** Opening Information provided block **
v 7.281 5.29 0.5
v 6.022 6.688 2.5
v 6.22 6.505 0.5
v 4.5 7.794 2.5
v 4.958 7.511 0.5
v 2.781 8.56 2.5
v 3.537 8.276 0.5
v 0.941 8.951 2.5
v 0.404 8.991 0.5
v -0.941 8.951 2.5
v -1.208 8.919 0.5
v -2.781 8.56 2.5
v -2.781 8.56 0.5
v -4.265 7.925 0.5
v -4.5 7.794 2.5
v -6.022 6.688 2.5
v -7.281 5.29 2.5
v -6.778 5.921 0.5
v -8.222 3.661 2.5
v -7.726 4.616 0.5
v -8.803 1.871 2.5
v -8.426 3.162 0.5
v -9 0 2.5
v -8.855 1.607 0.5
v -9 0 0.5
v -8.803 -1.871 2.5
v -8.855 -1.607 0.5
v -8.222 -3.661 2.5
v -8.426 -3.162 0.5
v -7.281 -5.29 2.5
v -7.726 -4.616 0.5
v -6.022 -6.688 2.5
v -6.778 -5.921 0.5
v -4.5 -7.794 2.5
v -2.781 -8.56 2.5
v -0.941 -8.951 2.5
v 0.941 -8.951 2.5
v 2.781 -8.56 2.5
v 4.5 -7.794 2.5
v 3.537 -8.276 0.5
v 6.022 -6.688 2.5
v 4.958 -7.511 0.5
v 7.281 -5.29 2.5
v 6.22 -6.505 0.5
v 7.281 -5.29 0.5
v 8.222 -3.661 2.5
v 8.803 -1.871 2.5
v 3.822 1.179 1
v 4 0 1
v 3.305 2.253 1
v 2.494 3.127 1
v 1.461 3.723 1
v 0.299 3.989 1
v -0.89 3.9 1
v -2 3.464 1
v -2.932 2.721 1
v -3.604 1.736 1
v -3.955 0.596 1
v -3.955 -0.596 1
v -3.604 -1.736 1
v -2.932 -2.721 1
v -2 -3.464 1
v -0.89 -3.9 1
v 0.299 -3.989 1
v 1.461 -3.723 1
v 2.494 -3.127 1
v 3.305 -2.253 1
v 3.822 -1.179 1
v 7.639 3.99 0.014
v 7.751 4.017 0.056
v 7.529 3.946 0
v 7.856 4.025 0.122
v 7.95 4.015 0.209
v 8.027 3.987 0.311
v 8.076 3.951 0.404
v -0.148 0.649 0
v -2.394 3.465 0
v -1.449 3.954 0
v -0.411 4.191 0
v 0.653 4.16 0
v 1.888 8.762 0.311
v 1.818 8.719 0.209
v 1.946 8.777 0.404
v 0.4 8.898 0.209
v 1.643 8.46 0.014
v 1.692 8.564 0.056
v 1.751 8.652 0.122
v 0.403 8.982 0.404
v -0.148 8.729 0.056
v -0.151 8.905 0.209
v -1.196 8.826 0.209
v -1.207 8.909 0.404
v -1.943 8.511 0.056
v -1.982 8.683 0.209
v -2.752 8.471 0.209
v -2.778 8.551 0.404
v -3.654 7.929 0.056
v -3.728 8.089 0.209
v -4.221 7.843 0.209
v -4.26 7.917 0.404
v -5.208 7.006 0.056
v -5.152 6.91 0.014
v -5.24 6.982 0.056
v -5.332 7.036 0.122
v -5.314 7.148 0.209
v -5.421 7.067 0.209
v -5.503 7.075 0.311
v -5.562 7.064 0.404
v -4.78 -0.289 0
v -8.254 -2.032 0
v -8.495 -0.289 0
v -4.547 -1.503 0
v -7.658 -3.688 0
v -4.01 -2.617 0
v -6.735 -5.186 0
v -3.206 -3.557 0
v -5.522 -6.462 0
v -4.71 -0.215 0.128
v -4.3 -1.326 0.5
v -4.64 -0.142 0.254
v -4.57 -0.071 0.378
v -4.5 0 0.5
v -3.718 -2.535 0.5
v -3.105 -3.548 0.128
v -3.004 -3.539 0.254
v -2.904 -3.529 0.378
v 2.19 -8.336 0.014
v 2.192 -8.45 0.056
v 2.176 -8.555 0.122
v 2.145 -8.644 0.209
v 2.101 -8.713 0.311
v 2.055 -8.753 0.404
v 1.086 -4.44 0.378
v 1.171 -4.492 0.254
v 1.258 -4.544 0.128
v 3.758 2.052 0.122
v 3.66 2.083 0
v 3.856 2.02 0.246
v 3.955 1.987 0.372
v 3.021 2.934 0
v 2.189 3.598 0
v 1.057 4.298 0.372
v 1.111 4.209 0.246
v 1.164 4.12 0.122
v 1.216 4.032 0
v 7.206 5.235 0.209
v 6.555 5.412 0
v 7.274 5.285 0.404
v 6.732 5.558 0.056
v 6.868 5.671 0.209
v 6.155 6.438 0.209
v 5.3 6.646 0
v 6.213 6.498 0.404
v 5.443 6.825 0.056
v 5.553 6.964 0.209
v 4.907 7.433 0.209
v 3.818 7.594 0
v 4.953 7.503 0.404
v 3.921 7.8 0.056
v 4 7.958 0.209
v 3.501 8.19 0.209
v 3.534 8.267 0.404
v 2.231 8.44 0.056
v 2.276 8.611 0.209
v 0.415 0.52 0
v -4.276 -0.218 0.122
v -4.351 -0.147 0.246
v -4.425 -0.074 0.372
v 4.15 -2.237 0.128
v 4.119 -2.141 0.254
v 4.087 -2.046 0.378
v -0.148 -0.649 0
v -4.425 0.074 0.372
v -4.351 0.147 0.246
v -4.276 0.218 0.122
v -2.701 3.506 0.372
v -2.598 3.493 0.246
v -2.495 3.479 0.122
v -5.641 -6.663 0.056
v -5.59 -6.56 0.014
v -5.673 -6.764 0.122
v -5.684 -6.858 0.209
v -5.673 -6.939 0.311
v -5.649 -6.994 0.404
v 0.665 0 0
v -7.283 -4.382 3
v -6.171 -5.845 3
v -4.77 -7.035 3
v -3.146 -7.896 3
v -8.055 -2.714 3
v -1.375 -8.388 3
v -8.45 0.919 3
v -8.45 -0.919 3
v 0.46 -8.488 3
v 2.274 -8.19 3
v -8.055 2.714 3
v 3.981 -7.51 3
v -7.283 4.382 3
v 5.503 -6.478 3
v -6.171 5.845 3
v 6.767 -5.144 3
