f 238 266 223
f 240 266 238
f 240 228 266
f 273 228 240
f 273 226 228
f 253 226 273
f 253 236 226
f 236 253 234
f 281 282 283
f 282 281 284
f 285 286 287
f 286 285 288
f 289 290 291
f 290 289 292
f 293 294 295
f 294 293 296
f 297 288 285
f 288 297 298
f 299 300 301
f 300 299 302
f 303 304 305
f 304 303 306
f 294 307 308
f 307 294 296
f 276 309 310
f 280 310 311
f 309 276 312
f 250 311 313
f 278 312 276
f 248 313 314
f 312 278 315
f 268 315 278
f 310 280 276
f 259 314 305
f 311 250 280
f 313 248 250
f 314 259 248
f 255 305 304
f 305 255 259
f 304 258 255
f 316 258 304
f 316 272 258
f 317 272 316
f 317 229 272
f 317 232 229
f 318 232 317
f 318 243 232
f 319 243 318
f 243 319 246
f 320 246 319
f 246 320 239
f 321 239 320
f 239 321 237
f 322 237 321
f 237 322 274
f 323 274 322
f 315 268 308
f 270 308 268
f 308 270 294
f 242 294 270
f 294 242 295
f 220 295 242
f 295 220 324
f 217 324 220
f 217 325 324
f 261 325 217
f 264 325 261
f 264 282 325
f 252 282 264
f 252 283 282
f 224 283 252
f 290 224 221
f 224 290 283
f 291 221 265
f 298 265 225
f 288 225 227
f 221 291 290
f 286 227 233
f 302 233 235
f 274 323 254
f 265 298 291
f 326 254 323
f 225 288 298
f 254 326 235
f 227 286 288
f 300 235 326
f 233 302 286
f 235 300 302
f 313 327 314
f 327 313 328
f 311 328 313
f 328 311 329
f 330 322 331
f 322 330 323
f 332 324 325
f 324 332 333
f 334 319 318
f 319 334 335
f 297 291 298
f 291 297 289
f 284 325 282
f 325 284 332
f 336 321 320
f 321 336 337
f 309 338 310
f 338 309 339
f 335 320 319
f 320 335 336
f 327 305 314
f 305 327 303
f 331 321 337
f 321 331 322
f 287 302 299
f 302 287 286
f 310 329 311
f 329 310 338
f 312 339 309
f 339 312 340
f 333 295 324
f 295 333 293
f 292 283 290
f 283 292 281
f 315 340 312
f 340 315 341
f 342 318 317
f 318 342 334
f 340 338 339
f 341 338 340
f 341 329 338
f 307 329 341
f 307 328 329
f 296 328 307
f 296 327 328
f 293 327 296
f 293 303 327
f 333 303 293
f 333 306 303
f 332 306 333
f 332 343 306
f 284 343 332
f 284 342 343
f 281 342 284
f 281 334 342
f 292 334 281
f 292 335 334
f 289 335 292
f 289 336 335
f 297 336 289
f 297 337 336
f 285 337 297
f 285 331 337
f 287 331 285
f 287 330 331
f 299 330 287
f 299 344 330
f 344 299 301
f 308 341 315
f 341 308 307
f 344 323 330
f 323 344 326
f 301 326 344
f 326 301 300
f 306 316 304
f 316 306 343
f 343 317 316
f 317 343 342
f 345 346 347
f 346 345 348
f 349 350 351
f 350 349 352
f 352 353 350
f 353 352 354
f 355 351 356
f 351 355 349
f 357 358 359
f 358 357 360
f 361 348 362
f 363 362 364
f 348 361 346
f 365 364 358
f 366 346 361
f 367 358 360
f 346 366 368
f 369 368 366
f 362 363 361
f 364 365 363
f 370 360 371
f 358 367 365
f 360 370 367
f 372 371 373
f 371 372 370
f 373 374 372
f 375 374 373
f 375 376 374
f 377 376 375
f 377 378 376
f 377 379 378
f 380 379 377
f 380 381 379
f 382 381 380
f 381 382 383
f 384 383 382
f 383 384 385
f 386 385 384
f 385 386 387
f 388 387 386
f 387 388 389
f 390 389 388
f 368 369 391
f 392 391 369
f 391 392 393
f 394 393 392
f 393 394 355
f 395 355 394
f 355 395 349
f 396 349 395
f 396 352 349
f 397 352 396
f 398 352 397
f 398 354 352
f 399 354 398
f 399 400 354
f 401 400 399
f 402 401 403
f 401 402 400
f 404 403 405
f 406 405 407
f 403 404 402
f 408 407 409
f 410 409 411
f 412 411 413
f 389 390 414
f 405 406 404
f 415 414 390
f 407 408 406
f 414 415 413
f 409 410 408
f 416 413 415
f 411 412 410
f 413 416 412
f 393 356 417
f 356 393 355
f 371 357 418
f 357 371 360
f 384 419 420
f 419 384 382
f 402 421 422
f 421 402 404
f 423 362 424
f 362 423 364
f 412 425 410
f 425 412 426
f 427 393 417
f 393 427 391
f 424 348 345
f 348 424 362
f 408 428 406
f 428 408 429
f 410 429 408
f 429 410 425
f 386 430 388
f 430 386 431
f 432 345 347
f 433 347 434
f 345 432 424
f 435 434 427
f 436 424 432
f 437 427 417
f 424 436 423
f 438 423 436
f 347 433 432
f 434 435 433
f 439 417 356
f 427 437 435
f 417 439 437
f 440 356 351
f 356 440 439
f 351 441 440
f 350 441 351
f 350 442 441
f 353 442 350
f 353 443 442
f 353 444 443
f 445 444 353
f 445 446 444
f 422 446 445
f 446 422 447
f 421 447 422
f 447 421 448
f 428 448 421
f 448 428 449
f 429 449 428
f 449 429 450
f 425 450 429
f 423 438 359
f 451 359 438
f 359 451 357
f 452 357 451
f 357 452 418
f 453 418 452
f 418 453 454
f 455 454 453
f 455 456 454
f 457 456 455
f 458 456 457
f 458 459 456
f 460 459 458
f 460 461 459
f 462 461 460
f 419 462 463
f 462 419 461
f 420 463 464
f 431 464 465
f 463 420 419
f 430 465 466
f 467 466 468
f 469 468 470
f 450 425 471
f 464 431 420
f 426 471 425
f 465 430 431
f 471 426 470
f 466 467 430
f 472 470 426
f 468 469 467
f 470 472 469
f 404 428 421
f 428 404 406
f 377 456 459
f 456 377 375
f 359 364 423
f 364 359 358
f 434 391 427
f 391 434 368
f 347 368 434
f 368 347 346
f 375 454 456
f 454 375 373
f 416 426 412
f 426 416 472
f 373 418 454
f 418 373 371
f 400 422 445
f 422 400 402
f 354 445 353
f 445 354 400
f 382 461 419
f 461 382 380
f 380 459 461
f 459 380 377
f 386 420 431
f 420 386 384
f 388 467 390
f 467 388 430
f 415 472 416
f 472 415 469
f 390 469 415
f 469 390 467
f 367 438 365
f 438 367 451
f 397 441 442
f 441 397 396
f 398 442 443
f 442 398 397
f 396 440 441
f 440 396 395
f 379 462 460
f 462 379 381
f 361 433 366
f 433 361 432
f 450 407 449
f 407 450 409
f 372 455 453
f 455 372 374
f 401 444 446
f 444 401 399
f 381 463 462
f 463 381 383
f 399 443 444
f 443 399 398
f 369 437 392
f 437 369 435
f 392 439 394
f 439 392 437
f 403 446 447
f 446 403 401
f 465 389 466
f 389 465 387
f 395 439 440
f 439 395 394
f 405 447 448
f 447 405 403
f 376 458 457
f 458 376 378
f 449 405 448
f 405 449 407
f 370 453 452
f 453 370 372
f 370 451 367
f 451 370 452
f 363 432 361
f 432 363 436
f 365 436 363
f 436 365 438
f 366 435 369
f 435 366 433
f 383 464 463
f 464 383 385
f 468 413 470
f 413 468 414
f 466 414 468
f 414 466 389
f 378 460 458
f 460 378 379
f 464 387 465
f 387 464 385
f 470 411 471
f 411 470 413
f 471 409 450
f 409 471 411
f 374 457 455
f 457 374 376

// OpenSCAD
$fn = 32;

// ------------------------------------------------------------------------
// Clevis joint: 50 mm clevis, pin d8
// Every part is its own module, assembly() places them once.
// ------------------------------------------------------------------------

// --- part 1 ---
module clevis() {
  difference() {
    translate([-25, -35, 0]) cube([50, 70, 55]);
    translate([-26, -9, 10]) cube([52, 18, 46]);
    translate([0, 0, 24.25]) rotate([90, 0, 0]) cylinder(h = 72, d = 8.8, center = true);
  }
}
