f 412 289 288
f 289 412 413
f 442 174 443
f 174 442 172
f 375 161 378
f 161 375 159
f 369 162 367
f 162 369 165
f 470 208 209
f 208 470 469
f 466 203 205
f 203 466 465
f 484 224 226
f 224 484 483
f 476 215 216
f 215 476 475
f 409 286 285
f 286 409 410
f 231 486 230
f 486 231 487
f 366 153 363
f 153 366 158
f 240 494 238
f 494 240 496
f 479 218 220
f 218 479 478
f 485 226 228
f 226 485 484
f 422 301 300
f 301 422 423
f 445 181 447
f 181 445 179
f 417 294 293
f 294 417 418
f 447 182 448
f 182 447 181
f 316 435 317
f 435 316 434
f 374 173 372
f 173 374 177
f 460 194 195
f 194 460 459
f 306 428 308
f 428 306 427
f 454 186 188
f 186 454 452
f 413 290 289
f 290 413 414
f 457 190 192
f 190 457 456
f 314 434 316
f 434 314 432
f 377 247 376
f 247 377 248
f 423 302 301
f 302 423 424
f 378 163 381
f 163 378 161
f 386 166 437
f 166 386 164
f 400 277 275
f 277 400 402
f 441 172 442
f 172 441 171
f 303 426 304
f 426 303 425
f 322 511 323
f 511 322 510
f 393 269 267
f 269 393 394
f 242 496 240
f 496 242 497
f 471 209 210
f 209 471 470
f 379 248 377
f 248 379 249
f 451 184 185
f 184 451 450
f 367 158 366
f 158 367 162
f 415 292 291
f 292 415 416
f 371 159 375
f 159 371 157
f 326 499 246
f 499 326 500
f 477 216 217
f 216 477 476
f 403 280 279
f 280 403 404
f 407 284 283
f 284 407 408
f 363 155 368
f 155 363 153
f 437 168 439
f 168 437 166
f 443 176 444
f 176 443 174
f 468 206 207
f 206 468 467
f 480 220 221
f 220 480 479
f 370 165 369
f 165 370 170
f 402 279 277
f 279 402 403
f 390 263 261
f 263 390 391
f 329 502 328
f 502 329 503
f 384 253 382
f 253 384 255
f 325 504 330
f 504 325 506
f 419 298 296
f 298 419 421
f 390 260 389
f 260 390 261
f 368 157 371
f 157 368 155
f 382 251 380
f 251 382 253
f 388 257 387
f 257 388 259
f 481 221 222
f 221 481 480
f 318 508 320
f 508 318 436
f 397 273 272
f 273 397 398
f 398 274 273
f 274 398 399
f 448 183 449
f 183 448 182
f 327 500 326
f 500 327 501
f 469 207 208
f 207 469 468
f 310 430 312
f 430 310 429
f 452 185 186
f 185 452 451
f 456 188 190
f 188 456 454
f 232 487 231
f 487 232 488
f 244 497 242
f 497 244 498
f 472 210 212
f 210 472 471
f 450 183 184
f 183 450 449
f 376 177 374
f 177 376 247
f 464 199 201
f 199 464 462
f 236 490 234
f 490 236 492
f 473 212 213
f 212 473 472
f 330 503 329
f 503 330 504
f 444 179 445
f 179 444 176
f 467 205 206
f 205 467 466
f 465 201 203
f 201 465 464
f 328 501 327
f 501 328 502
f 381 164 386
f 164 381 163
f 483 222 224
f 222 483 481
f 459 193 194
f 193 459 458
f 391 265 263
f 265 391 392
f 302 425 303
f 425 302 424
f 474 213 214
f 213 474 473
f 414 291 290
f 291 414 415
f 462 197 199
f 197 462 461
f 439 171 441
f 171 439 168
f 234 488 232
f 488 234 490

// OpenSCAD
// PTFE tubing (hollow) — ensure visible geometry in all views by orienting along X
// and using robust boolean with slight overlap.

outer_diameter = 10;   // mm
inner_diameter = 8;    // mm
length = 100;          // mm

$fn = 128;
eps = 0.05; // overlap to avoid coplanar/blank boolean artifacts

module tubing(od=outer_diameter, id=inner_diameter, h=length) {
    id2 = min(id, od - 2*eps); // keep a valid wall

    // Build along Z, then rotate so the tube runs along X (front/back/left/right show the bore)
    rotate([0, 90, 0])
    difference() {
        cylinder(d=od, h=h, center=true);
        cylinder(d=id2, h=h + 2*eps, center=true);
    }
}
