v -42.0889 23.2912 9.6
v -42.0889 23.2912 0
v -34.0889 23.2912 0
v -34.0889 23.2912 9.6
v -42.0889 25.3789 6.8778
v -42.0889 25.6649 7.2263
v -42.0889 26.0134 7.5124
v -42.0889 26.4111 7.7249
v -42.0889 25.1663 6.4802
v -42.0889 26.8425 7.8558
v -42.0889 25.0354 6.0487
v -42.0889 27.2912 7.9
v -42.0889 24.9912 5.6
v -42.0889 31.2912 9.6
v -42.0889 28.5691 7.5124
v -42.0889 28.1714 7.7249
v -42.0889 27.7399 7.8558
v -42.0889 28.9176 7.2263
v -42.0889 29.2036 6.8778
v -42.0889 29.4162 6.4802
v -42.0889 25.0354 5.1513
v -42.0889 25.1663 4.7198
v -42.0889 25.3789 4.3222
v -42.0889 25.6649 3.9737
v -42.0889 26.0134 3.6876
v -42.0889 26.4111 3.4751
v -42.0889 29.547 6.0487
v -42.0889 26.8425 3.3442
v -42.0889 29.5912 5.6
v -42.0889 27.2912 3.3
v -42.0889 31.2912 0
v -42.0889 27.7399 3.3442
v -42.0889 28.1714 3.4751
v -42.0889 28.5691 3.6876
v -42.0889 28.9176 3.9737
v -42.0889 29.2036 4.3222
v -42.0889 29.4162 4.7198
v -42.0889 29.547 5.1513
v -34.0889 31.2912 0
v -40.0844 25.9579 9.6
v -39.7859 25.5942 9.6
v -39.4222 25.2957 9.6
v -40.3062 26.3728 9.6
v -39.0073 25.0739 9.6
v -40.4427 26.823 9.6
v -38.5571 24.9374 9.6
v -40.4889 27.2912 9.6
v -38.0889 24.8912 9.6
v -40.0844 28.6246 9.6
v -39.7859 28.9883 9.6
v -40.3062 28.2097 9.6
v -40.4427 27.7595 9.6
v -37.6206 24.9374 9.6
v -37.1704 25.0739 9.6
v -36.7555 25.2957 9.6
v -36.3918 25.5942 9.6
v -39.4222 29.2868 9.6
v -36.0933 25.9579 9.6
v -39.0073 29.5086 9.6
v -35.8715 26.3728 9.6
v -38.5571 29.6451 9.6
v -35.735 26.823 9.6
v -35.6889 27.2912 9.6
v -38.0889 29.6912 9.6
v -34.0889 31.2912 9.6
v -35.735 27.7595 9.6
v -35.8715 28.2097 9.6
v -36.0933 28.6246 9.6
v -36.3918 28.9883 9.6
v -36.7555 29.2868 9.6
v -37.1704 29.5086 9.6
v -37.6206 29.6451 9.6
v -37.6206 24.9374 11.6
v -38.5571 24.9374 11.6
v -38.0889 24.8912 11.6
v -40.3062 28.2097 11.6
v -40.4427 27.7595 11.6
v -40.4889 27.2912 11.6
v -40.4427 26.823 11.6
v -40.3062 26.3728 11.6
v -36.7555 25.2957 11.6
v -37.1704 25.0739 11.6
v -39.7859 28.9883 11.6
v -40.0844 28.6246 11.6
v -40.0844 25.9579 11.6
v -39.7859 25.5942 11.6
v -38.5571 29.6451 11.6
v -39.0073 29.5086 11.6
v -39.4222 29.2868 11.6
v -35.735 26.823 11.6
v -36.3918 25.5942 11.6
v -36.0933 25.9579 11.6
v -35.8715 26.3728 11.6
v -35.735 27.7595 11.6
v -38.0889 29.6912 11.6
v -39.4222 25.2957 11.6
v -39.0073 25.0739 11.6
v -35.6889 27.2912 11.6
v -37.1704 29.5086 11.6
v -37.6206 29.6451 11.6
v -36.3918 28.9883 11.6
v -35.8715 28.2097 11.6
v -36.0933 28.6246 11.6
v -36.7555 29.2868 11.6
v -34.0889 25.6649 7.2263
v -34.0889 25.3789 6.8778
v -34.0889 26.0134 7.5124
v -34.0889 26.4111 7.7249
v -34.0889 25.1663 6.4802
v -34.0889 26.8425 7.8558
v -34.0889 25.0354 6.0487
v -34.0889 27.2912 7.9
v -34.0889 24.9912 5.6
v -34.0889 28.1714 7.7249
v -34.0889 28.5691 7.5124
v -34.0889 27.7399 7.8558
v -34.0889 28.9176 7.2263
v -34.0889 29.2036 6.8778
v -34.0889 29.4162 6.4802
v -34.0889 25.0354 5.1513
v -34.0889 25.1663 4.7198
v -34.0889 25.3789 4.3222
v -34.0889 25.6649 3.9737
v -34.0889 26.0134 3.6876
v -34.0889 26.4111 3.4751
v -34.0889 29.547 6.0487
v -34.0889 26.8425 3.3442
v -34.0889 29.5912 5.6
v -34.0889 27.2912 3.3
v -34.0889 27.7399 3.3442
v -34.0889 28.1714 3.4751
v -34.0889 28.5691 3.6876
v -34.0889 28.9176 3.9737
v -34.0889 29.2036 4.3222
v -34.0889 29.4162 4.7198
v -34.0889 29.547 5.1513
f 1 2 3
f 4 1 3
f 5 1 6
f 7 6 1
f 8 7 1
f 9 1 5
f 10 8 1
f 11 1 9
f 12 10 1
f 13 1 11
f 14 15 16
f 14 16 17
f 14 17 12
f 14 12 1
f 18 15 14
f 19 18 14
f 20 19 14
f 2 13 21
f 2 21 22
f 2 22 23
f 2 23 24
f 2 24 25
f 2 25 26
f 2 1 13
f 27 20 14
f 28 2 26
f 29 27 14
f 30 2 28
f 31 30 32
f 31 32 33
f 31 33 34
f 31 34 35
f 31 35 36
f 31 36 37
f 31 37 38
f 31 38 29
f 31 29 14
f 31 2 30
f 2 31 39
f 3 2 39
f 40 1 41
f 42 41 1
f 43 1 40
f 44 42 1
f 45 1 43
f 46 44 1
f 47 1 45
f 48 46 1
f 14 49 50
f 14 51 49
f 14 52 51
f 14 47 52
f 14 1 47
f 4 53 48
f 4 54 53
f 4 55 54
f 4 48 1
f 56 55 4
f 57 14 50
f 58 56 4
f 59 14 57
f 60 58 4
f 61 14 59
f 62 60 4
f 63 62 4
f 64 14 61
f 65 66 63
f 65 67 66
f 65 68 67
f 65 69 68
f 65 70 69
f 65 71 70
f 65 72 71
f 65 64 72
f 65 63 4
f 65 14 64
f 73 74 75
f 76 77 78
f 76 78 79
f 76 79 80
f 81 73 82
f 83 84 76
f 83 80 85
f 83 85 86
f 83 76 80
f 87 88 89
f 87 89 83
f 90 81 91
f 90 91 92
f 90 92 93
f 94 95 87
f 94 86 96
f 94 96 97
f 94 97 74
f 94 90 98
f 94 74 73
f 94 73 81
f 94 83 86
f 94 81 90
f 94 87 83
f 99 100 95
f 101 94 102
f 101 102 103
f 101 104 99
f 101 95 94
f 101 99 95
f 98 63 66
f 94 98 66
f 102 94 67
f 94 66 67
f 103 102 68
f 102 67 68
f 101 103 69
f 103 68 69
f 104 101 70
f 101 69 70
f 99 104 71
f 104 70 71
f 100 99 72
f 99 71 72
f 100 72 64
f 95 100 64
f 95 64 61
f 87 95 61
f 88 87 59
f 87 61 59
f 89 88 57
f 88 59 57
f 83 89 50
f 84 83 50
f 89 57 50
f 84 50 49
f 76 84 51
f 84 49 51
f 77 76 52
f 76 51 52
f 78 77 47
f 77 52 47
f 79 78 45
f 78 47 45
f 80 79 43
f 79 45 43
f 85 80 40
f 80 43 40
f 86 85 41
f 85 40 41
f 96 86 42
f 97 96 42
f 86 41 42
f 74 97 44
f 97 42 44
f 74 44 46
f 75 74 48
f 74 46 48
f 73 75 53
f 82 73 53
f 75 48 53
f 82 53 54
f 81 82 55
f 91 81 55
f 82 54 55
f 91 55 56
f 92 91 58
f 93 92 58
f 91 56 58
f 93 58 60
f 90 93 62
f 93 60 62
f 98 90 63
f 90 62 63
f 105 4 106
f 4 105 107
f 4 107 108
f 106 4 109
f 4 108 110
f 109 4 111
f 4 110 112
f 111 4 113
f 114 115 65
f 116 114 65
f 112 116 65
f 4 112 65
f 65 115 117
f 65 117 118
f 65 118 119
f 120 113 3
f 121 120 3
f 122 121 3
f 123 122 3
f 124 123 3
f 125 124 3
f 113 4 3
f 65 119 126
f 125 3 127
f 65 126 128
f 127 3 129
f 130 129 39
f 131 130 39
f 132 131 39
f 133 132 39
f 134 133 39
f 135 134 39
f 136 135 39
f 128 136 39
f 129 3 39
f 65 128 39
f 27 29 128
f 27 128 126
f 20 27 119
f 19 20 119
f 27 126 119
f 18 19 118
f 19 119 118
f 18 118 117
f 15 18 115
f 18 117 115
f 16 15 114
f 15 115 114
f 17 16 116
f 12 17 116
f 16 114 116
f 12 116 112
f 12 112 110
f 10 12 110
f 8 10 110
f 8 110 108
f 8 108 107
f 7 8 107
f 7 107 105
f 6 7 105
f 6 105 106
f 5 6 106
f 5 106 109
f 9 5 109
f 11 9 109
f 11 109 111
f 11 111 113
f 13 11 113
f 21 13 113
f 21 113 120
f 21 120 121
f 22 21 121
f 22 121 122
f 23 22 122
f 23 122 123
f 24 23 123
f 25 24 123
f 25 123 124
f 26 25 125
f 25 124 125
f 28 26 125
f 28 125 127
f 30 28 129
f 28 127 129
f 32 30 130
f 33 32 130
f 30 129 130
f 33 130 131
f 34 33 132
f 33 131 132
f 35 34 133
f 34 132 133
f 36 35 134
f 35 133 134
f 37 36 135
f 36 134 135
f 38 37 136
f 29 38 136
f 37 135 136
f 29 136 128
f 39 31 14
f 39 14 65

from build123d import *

# Parameters (mm, degrees)
F0_W     = 8
F0_H     = 8
F1_DEPTH = 9.6
F2_R     = 2.3
F3_DEPTH = 25
F4_R     = 2.4
F5_DEPTH = 2


with BuildPart() as f1:
    # F0 (on Top) → F1 (new body)
    with BuildSketch(Plane.XY):
        with Locations((-38.088854, 27.291242)):
            Rectangle(F0_W, F0_H)
    extrude(amount=F1_DEPTH)

    # F2 (on face) → F3 (cut)
    with BuildSketch(Plane.YZ.offset(-34.088854)):
        with Locations((27.291242, 5.6)):
            Circle(F2_R)
    extrude(amount=-F3_DEPTH, mode=Mode.SUBTRACT)

    # F4 (on face) → F5 (join)
    with BuildSketch(Plane.XY.offset(9.6)):
        with Locations((-38.088854, 27.291242)):
            Circle(F4_R)
    extrude(amount=F5_DEPTH)


solid = f1.part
** Closing Information provided block **
**What is needed:** Quote the data above from the line containing "f 283 292 281" to the line containing "f 413 416 412", inclusive, and stop.

**Result of the exercise:**
f 283 292 281
f 315 340 312
f 340 315 341
f 342 318 317
f 318 342 334
f 340 338 339
f 341 338 340
f 341 329 338
f 307 329 341
f 307 328 329
f 296 328 307
f 296 327 328
f 293 327 296
f 293 303 327
f 333 303 293
f 333 306 303
f 332 306 333
f 332 343 306
f 284 343 332
f 284 342 343
f 281 342 284
f 281 334 342
f 292 334 281
f 292 335 334
f 289 335 292
f 289 336 335
f 297 336 289
f 297 337 336
f 285 337 297
f 285 331 337
f 287 331 285
f 287 330 331
f 299 330 287
f 299 344 330
f 344 299 301
f 308 341 315
f 341 308 307
f 344 323 330
f 323 344 326
f 301 326 344
f 326 301 300
f 306 316 304
f 316 306 343
f 343 317 316
f 317 343 342
f 345 346 347
f 346 345 348
f 349 350 351
f 350 349 352
f 352 353 350
f 353 352 354
f 355 351 356
f 351 355 349
f 357 358 359
f 358 357 360
f 361 348 362
f 363 362 364
f 348 361 346
f 365 364 358
f 366 346 361
f 367 358 360
f 346 366 368
f 369 368 366
f 362 363 361
f 364 365 363
f 370 360 371
f 358 367 365
f 360 370 367
f 372 371 373
f 371 372 370
f 373 374 372
f 375 374 373
f 375 376 374
f 377 376 375
f 377 378 376
f 377 379 378
f 380 379 377
f 380 381 379
f 382 381 380
f 381 382 383
f 384 383 382
f 383 384 385
f 386 385 384
f 385 386 387
f 388 387 386
f 387 388 389
f 390 389 388
f 368 369 391
f 392 391 369
f 391 392 393
f 394 393 392
f 393 394 355
f 395 355 394
f 355 395 349
f 396 349 395
f 396 352 349
f 397 352 396
f 398 352 397
f 398 354 352
f 399 354 398
f 399 400 354
f 401 400 399
f 402 401 403
f 401 402 400
f 404 403 405
f 406 405 407
f 403 404 402
f 408 407 409
f 410 409 411
f 412 411 413
f 389 390 414
f 405 406 404
f 415 414 390
f 407 408 406
f 414 415 413
f 409 410 408
f 416 413 415
f 411 412 410
f 413 416 412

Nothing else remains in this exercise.